The rate discrimination in Texas Power & Light occurred in both the highly technical
metering system used to supply the plaintiff with power and in the contract between the plaintiff
and TP&L. It also involved fraud on the part of the TP&L. If Auburndale School and Mathews
Nissan works in favor of customers in overbilling cases as it works in favor of for cities in
underbilling cases, it probably doesn't matter whether the overbilling was the product of accident
or design.
The Court also rejected TP&L's claim that the plaintiff wasn't entitled to recovery of
excess charges for a part of the overbilling period because during that period the plaintiff knew
the charges were discriminatory and continued to voluntarily pay them. After dryly observing that
TP&L's claim on that ground was an admission of rate discrimination, it concluded that TP&L
had misled the plaintiff by repeatedly telling him that he was receiving the best rate available to
him.
Texas Power & Light also had something to say about what constitutes duress that might
be pertinent to the City of Martin:
It may be doubted whether the issue of duress is here involved.
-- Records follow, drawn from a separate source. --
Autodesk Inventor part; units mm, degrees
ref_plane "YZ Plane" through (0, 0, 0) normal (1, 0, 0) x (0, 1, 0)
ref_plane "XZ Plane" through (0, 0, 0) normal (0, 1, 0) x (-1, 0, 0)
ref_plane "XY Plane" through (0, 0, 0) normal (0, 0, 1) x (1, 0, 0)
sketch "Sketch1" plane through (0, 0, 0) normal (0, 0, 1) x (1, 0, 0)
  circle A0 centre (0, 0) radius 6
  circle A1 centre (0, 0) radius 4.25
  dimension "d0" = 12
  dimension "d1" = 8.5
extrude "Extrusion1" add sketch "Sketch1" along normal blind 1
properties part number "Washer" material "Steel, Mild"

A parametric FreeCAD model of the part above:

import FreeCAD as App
import Part
import Sketcher

V = App.Vector

doc = App.newDocument("Part")
params = doc.addObject("Spreadsheet::Sheet", "Params")
for row, (alias, value) in enumerate([
    ("sketch1_diameter", "12 mm"),
    ("sketch1_diameter2", "8.5 mm"),
    ("pad1_length", "1 mm"),
], start=1):
    params.set(f"A{row}", alias)
    params.set(f"B{row}", "=" + value)
    params.setAlias(f"B{row}", alias)

body = doc.addObject("PartDesign::Body", "Body")

# Sketch on XY plane
sketch1 = body.newObject("Sketcher::SketchObject", "Sketch")
sketch1.AttachmentSupport = (doc.getObject("XY_Plane"), [""])
sketch1.MapMode = "FlatFace"
sketch1.addGeometry(Part.Circle(V(0, 0, 0), V(0, 0, 1), 6), False)
sketch1.addGeometry(Part.Circle(V(0, 0, 0), V(0, 0, 1), 4.2), False)
sketch1.addConstraint(Sketcher.Constraint("Coincident", 0, 3, -1, 1))
sketch1.addConstraint(Sketcher.Constraint("Coincident", 1, 3, -1, 1))
sketch1.addConstraint(Sketcher.Constraint("Diameter", 0, 12.0))
sketch1.addConstraint(Sketcher.Constraint("Diameter", 1, 8.5))
sketch1.setExpression("Constraints[2]", "Params.sketch1_diameter")
sketch1.setExpression("Constraints[3]", "Params.sketch1_diameter2")
pad1 = body.newObject("PartDesign::Pad", "Pad")
pad1.Profile = sketch1
pad1.setExpression("Length", "Params.pad1_length")

doc.recompute()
The payments made appear either to have been made under a
mistake of fact rather than under a mistake of law; or to have been
induced under the representations of appellant's officers and
agents amounting in law to a fraud upon the consumer. But if
duress be involved, it would appear that Doering paid under
implied, if not express, duress. Generally one paying money
where the payee would be compelled to resort to the courts to
collect cannot defend on the ground of duress in such payment.
[Citation omitted]. But where the payee has the power to enforce
such payment, or on failure to pay, to work great financial loss,
business disadvantage, or irreparable injury to the payor, duress
occurs, even though it be not actually attempted to be exercised.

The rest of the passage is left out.